Round Two in Tulia


The Drug War is not a war on drugs, it’s a war on people,” G. Alan Robinson of the Drug Policy Forum of Texas told a small crowd assembled on the Capitol steps in Austin. If the sentiment on this hot September afternoon is any indication, the people are beginning to fight back – and Ground Zero of the struggle is a tiny town in the Texas Panhandle that is fast becoming a household name. The star attraction at the September 29 rally were the Tulia “war orphans”: roughly two dozen children of parents arrested in the now notorious 1999 cocaine bust in Tulia, Texas, a tiny panhandle ranching town near Amarillo.

The undercover operation resulted in the arrest of about three dozen African Americans, or over ten percent of the town’s small black population (see “The Color of Justice,” by Nate Blakeslee, June 23). Thus far, twenty-two of the defendants have gone to prison, some following trials and some as a result of plea bargains. Many are serving very long sentences, despite the relatively small amounts they were accused of selling. The kids they left behind appeared at the Capitol dressed in matching black T-shirts printed with the gold “Friends of Justice” logo adopted by local organizers. For many, it was their first trip out of the Panhandle. Some may not want to go back.

Still, there was cause for hope. Flanked by Tulians, Texas ACLU director Will Harrell announced the imminent filing of a lawsuit on behalf of the defendants. The suit, written by Amarillo attorney Jeff Blackburn, accuses the local sheriff and the district attorney of conspiring with undercover agent Tom Coleman to “deliberately and selectively target and prosecute” on the basis of race. The suit was initially filed on behalf of one defendant, Yul Bryant, who served seven months in jail before having his case dismissed by a judge. Bryant’s case, like virtually all of the cases in the sting, rested almost entirely on the testimony of undercover agent Tom Coleman. But Coleman’s physical description of Bryant in his report was nowhere near accurate, and the district attorney was forced to drop the charges, calling it a case of “mistaken identity.” Bryant’s was not the only case with significant inconsistencies. Blackburn said he expects other clients – some awaiting trial and some already convicted – to join the case in the coming months. The civil suit will allow what law enforcement officials in Tulia have feared all along, according to Blackburn: a wide-ranging deposition of undercover agent Tom Coleman, whose own past and motives have come under increasing scrutiny.

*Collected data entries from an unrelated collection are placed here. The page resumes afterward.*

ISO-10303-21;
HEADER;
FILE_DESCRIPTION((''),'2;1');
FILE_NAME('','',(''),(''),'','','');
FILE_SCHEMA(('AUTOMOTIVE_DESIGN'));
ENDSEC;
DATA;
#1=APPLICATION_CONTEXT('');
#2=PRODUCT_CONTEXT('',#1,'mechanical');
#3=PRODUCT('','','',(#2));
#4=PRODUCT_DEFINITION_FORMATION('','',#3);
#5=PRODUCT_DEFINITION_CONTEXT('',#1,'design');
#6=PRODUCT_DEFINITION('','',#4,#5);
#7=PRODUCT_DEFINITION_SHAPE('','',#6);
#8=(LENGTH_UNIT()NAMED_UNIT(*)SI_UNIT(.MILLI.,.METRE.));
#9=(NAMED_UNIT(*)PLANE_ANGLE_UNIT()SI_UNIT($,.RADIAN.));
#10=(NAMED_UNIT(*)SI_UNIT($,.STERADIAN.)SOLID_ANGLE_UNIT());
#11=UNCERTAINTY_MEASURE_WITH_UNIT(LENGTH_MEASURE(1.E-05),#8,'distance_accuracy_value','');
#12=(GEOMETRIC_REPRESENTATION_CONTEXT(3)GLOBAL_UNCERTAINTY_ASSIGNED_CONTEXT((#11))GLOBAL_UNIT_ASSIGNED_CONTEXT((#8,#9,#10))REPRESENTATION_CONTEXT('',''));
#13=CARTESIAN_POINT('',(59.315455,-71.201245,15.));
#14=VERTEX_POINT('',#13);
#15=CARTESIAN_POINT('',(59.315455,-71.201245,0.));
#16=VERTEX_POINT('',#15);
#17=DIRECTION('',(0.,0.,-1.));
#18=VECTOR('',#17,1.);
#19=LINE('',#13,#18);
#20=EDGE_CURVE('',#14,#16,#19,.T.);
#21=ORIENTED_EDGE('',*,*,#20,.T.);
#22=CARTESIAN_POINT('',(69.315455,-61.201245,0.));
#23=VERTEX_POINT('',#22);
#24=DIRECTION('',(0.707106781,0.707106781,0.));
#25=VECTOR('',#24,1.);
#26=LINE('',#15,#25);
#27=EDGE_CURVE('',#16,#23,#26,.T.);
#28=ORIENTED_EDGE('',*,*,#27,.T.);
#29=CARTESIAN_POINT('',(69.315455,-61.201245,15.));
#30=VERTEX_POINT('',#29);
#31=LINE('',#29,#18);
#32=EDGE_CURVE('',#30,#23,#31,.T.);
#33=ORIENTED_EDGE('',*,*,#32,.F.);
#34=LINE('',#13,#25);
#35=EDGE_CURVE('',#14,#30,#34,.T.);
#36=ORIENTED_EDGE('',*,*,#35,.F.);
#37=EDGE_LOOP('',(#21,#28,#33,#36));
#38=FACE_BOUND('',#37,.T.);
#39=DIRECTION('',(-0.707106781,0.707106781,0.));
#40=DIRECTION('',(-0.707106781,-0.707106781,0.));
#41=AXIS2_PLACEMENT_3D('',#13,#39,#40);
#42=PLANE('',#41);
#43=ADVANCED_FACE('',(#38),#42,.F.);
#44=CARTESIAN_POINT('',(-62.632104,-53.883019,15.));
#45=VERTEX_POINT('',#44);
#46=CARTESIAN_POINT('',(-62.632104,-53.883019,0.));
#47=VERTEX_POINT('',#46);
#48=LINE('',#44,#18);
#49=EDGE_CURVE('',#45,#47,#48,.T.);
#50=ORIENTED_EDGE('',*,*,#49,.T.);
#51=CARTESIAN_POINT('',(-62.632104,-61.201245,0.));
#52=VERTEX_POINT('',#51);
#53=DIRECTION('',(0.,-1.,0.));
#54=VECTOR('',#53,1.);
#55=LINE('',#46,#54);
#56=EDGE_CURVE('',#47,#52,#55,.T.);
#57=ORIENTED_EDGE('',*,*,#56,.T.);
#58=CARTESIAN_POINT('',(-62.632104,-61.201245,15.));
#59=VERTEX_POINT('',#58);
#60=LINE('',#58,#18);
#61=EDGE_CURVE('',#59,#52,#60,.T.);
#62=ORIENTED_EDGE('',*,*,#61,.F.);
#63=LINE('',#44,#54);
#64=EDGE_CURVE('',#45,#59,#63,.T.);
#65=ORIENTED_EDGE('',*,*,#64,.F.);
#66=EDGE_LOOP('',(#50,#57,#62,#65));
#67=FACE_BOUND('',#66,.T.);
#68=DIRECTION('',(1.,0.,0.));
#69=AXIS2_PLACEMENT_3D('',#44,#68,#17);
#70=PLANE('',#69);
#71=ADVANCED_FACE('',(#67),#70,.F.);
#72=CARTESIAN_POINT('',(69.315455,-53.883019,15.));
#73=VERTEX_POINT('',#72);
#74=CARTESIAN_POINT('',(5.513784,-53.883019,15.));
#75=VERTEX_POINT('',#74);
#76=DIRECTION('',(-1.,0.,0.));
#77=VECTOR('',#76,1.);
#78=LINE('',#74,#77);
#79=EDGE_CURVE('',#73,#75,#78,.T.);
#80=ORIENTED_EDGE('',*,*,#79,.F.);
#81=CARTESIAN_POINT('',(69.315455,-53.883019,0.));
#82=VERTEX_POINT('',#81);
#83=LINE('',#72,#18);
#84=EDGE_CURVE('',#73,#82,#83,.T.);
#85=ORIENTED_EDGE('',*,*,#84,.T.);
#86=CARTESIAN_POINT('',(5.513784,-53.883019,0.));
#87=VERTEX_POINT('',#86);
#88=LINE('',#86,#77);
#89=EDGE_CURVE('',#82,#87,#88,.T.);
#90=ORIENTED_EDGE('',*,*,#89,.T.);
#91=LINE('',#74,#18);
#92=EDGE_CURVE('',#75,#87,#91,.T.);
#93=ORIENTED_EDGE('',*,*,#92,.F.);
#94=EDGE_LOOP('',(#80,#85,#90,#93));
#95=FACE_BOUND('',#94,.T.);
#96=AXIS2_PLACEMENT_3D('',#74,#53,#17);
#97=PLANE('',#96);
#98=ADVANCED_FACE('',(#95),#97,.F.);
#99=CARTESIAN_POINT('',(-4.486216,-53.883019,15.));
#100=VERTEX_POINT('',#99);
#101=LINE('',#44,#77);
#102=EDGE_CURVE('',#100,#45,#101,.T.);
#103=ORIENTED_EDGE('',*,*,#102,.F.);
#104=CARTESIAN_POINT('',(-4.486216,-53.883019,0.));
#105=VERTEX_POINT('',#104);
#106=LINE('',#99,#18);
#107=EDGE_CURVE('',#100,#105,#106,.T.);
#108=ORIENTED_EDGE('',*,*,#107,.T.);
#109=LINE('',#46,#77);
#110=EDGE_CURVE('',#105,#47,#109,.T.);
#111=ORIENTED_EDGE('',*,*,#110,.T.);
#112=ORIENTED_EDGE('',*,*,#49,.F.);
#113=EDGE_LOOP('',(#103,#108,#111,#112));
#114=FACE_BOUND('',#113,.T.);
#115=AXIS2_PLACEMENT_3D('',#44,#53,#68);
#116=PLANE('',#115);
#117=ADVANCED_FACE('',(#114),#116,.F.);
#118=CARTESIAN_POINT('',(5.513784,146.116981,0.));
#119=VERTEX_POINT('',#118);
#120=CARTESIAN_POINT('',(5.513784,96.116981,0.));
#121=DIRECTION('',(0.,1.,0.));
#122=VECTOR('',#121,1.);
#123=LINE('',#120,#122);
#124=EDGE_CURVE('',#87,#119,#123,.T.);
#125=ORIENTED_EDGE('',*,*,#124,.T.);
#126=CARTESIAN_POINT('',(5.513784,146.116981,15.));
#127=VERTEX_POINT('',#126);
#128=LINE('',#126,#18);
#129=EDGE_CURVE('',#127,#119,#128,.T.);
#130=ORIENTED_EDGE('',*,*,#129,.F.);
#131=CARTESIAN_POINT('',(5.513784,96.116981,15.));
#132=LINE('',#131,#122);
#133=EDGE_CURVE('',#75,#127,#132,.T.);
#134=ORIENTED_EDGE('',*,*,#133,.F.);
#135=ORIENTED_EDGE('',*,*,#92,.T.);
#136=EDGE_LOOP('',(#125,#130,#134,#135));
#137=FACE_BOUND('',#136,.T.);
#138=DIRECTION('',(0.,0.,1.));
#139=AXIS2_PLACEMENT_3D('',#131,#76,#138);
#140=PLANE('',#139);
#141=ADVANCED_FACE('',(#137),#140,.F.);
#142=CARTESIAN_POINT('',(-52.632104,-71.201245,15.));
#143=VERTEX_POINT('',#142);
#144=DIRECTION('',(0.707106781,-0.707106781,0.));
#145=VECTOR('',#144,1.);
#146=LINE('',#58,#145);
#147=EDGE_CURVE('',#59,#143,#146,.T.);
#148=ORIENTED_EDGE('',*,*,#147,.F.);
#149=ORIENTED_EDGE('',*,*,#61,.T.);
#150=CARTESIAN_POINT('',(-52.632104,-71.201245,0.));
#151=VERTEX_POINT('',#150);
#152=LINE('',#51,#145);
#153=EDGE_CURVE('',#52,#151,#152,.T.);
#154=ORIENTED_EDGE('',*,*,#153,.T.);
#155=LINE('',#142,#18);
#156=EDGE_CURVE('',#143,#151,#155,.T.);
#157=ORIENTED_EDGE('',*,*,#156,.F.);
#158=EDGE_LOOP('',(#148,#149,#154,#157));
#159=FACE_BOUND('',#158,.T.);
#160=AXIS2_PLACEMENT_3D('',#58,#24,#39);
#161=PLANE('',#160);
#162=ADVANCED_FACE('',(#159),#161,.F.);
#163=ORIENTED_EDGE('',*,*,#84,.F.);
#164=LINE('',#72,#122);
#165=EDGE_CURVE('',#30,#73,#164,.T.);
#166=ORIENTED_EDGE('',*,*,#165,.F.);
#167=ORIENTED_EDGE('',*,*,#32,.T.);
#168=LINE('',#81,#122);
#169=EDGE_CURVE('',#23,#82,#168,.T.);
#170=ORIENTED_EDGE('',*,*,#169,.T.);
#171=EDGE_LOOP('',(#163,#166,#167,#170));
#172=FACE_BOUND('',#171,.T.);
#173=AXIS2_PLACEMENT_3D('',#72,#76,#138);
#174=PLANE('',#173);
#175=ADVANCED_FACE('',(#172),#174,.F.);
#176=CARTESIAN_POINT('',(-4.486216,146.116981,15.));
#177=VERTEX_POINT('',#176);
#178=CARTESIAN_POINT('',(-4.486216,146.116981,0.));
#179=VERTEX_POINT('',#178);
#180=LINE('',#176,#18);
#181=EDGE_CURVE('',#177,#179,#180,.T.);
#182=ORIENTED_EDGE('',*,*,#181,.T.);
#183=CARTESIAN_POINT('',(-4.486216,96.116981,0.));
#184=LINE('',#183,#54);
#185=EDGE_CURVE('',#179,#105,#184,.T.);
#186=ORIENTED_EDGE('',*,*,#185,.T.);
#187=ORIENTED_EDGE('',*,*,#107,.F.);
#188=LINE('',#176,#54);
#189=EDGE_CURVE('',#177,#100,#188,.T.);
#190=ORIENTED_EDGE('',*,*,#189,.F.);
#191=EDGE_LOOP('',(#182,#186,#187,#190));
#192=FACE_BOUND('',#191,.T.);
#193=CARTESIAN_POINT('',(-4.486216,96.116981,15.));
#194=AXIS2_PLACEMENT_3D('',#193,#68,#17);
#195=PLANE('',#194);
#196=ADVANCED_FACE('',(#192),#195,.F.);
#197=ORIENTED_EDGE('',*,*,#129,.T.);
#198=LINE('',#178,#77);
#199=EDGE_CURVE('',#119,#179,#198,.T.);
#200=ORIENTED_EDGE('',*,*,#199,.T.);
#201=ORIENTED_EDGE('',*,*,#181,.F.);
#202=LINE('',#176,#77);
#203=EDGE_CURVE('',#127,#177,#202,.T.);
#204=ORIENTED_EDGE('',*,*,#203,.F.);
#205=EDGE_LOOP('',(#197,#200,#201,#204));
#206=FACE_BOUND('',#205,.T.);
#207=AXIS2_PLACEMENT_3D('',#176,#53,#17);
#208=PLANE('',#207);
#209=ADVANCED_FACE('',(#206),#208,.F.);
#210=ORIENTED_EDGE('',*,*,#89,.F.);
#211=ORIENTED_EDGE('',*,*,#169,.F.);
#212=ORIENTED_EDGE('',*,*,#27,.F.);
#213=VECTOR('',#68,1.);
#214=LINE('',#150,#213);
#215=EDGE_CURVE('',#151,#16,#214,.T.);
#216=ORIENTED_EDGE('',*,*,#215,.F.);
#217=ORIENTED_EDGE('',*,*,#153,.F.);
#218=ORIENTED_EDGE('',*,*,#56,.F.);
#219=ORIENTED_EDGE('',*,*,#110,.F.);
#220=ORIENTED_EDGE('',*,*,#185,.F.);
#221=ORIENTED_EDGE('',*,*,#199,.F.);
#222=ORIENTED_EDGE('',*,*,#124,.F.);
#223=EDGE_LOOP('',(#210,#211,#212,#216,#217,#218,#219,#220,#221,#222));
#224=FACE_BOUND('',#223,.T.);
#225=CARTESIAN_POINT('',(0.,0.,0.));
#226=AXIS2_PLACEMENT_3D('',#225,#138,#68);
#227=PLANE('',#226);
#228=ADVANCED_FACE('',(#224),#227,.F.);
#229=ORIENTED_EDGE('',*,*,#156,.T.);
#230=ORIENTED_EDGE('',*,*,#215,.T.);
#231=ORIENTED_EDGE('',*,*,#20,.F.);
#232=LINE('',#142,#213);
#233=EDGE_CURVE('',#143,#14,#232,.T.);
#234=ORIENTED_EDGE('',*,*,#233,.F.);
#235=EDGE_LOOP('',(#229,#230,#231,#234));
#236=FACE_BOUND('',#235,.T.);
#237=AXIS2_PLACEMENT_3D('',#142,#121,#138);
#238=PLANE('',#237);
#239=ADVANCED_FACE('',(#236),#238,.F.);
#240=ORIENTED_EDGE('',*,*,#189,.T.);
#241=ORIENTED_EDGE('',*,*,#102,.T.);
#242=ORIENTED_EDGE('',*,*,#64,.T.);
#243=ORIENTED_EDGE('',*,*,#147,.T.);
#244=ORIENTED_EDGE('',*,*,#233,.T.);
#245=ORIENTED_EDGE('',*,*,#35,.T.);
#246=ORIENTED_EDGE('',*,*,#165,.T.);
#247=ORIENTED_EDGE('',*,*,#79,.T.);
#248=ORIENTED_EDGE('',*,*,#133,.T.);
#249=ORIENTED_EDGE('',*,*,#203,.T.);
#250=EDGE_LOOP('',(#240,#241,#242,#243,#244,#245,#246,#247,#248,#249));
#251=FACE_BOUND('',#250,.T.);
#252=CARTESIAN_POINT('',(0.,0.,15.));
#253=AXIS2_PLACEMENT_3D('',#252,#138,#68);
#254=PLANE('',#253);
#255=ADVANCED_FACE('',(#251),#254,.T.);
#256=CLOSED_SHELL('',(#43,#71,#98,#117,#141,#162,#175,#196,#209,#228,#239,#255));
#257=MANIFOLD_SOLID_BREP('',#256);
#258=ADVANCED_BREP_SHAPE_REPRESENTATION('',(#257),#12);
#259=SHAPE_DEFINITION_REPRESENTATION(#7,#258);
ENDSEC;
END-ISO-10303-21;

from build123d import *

# Parameters (mm, degrees)
BOSS_EXTRUDE1_DEPTH = 15


with BuildPart() as part:
    # Sketch1 → Boss-Extrude1 (new body)
    with BuildSketch(Plane.XY):
        Polygon((5.513783665, 96.116981132), (5.513783665, 146.116981132), (-4.486216335, 146.116981132), (-4.486216335, 96.116981132), (-4.486216335, -53.883018868), (-62.632103794, -53.883018868), (-62.632103794, -61.201245098), (-52.632103794, -71.201245098), (59.315454698, -71.201245098), (69.315454698, -61.201245098), (69.315454698, -53.883018868), (5.513783665, -53.883018868), align=None)
    extrude(amount=BOSS_EXTRUDE1_DEPTH)


solid = part.part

Led by a small group of black and white Tulians, supporters of the Tulia defendants have managed to catch the attention of the William Kuntsler Foundation, a New York City-based non-profit that works on criminal justice issues, which has provided funding and guidance to the group. Shortly after the rally in Austin, the organizing paid off. With the foundation’s help, Friends of Justice has generated national media attention for their cause, culminating in a feature story on CNN, a front-page story in The New York Times, and an upcoming spread in Time magazine (see editorial, page 3).

Meanwhile, back in Tulia, District Attorney Terry McEachern and company have obtained another conviction. Kareem Abdul Jabbar White went to trial at the Swisher County Courthouse on September 5. The evidence against him was the same as virtually every other case: Coleman’s testimony – in this case abetted by a state’s witness, Eliga Kelly – and a small baggie of powdered cocaine. And Coleman’s testimony (summarized in an unofficial transcript provided to the Observer) was just as fuzzy and contradictory as it has been in previous trials.

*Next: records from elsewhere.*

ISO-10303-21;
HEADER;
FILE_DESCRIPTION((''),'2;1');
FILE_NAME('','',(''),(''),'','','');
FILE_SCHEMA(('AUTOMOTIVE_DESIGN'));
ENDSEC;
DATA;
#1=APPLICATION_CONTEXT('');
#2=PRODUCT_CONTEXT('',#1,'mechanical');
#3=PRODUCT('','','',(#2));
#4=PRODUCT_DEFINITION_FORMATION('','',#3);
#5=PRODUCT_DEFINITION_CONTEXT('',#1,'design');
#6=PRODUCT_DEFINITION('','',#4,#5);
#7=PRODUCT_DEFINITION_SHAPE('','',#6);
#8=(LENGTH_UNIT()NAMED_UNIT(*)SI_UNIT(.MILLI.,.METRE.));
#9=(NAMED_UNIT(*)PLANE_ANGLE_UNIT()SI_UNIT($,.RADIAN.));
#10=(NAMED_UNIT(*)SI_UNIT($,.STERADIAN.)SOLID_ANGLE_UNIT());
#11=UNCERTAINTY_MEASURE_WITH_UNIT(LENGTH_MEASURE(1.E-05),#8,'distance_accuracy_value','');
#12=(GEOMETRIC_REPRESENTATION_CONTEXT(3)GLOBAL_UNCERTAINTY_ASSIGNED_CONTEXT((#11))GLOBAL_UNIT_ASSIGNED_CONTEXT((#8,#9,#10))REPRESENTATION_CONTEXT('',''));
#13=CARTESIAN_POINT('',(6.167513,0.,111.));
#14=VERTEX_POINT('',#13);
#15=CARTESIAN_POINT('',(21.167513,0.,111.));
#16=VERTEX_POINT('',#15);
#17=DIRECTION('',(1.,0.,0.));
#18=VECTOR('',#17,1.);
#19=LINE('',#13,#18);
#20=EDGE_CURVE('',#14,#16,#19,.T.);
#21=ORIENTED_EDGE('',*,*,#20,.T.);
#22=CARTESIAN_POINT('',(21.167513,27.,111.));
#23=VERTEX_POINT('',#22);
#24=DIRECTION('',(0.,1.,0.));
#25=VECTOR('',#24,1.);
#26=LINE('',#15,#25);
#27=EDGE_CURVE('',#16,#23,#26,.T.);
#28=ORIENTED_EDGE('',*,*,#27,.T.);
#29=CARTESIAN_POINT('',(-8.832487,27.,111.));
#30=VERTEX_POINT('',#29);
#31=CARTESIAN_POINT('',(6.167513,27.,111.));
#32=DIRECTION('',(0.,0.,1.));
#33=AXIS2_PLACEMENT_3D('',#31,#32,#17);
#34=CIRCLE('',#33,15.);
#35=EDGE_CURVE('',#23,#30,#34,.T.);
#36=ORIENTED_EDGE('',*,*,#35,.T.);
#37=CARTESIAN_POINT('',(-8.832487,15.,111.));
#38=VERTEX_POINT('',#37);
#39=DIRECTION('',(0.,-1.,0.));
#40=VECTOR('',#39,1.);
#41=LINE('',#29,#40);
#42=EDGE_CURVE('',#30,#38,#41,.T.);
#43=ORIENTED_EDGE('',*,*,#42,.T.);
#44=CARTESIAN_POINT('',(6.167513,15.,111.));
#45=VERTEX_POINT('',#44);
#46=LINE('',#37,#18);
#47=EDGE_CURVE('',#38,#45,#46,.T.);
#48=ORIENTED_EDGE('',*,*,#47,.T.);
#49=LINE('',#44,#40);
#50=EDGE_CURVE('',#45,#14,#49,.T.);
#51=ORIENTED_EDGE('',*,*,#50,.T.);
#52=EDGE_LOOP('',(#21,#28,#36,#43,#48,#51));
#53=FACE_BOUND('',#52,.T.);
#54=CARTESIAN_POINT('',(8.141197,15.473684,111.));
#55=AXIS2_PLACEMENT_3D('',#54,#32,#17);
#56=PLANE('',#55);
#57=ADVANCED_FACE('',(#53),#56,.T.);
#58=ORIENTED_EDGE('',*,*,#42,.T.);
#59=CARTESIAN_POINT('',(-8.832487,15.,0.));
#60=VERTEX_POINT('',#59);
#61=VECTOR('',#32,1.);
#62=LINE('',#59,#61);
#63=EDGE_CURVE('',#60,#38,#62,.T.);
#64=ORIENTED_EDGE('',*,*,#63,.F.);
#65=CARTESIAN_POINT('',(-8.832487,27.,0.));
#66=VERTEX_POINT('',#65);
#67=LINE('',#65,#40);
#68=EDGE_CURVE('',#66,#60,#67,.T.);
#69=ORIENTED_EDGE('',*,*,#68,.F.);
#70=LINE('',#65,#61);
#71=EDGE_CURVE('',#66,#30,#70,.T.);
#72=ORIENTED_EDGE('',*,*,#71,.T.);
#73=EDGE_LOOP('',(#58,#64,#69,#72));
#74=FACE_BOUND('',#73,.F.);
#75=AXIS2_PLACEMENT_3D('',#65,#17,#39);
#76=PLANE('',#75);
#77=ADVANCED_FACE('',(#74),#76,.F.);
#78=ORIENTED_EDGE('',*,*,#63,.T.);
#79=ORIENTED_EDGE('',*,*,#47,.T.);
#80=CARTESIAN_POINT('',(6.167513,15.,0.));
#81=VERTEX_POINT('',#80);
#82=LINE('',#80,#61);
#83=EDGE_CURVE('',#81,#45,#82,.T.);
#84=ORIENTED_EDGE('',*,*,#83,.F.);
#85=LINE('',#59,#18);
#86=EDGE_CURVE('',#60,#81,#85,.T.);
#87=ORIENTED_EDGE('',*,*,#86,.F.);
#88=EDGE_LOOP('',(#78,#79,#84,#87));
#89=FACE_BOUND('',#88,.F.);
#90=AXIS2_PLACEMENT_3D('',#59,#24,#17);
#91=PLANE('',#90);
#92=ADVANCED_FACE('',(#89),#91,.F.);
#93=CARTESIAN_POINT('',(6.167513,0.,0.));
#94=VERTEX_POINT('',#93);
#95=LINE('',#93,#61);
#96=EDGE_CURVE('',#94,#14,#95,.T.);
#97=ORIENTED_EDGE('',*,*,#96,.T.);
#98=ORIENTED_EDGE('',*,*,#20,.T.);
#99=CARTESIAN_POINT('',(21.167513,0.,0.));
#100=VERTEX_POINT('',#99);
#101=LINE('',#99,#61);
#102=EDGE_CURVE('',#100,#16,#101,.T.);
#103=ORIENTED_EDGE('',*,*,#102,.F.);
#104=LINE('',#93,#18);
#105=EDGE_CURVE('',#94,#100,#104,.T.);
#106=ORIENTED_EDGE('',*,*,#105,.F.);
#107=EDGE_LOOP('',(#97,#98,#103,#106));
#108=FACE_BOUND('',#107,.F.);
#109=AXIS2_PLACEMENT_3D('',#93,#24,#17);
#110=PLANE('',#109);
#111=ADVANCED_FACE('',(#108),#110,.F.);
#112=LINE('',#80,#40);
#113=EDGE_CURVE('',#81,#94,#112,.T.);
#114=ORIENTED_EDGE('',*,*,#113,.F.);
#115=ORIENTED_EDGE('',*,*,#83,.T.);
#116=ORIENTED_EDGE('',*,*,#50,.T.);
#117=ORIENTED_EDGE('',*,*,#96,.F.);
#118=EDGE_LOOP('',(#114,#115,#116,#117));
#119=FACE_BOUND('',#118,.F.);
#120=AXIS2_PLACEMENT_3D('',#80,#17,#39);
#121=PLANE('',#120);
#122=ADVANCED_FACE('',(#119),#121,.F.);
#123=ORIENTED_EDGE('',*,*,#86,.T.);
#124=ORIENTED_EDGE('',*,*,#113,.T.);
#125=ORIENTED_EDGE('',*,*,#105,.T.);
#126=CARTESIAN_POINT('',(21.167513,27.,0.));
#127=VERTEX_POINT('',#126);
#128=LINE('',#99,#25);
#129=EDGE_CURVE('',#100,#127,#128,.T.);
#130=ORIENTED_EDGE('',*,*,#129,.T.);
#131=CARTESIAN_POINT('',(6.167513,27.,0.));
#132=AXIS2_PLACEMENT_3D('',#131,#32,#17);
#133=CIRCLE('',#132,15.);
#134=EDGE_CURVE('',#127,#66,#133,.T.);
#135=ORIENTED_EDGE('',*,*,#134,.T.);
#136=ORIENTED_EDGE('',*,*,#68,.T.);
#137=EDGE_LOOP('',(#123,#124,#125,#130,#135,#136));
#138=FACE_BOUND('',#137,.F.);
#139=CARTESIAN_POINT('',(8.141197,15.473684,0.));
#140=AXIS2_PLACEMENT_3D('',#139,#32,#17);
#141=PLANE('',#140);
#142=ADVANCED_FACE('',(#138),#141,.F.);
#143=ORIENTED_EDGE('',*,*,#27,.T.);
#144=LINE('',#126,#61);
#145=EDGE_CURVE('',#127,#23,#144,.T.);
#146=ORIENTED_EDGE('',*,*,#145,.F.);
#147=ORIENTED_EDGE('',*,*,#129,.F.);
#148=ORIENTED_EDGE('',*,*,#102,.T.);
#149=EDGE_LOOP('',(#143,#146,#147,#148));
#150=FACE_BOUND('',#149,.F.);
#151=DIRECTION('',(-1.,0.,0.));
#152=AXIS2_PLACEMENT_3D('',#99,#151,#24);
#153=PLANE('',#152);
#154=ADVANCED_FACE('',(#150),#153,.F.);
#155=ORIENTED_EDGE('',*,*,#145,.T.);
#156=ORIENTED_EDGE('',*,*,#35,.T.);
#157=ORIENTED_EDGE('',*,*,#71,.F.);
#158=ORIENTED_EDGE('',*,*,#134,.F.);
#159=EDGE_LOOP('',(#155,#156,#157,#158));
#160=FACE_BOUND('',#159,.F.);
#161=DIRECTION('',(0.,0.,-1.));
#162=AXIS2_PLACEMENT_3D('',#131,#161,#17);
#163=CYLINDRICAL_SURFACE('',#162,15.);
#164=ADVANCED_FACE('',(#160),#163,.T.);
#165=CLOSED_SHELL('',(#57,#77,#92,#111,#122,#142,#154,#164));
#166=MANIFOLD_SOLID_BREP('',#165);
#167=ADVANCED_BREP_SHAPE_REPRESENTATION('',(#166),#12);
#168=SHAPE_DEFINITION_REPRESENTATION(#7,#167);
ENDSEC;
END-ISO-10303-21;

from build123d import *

# Parameters (mm, degrees)
F1_DEPTH = 111


with BuildPart() as f1:
    # F0 (on Top) → F1 (new body)
    with BuildSketch(Plane.XY):
        Polygon((6.167513, 15), (6.167513, 0), (21.167513, 0), (21.167513, 27), (-8.832487, 27), (-8.832487, 15), align=None)
        with BuildLine():
            Line((-8.832487, 27), (21.167513, 27))
            ThreePointArc((21.167513, 27), (6.167513, 42), (-8.832487, 27))
        make_face()
    extrude(amount=F1_DEPTH)


solid = f1.part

For example, the state’s only two material witnesses, Coleman and Eliga Kelly, cannot agree on who was present when the deal with White allegedly occurred. Kelly, who was Coleman’s unwitting contact to Tulia’s black community, alleged that he introduced the officer (Kelly did not know his identity at the time) to White, and that he was present in Coleman’s truck when White handed something – allegedly cocaine – to Coleman. But Coleman later testified that Kelly was not present when the deal occurred.

Under questioning by White’s attorney, Dwight McDonald, Coleman also had difficulty recalling the sequence of events on the day in question. Coleman claimed to have made the deal with White in Tulia at 10:30 in the morning on September 28, 1998. Asked where he was earlier that day, Coleman said he was in Amarillo, having a cup of coffee. He then drove to Tulia, made the deal with White, and then promptly returned to Amarillo. Coleman testified that he always returned to Amarillo after making a buy in Tulia, so that he could turn the drugs over to the evidence vault at the Amarillo Police Department, where the Panhandle Narcotics Task Force was headquartered, and make his report. He never made two buys in a row without first turning over the evidence from the first buy, he testified.

But as McDonald pointed out, Coleman had actually filed two reports alleging transactions with two different suspects on the same day, September 28, only about an hour apart. At the time he testified he was drinking coffee in Amarillo, about 9:30 AM, Coleman’s own report has him making a deal with a Willie B. Hall in Tulia. Assuming the report was correct (and not Coleman’s memory), how did he manage to drive the fifty miles to Amarillo, file the report, and drive back to make the deal with White, all in less than an hour? Pressed on the point, Coleman simply changed his story on the stand, as he has done several times, according to defense attorneys. (Coleman’s alleged perjury and conflicting testimony in the various trials will be one focus of the civil suit.)

White’s trial was significant in that it marked the first time defense attorneys were allowed to call witnesses concerning Coleman’s character and past reputation. McDonald brought out his star witnesses: two former investigators who served with Coleman in past law enforcement assignments, as well as Coleman’s previous boss, former Cochran County Sheriff Kenneth Burke.

It was Burke who had written a letter to the state agency that licenses peace officers concerning Coleman’s poor reputation in Cochran County, where he worked as a deputy sheriff from 1995 to 1996. Coleman left the job abruptly, in the middle of his shift, without returning his patrol car. The Sheriff later discovered that Coleman had left town owing thousands of dollars to area merchants, and was eventually moved to file charges on Coleman for theft. This warrant surfaced when Coleman was employed in Tulia, though he was not fired, but instead given time to “resolve” the situation.

Burke, along with the two investigators, testified that Coleman was untruthful. But District Attorney Terry McEachern brought in several law officers, including two Texas Rangers (friends of Coleman’s deceased father, a famous Ranger from West Texas), who testified to Coleman’s reliability and trustworthiness.

In the end, the result was the same. Although he was accused of one count of delivering only an eight-ball of cocaine (about $200 worth), the charge was enhanced because of a prior conviction. White got 60 years.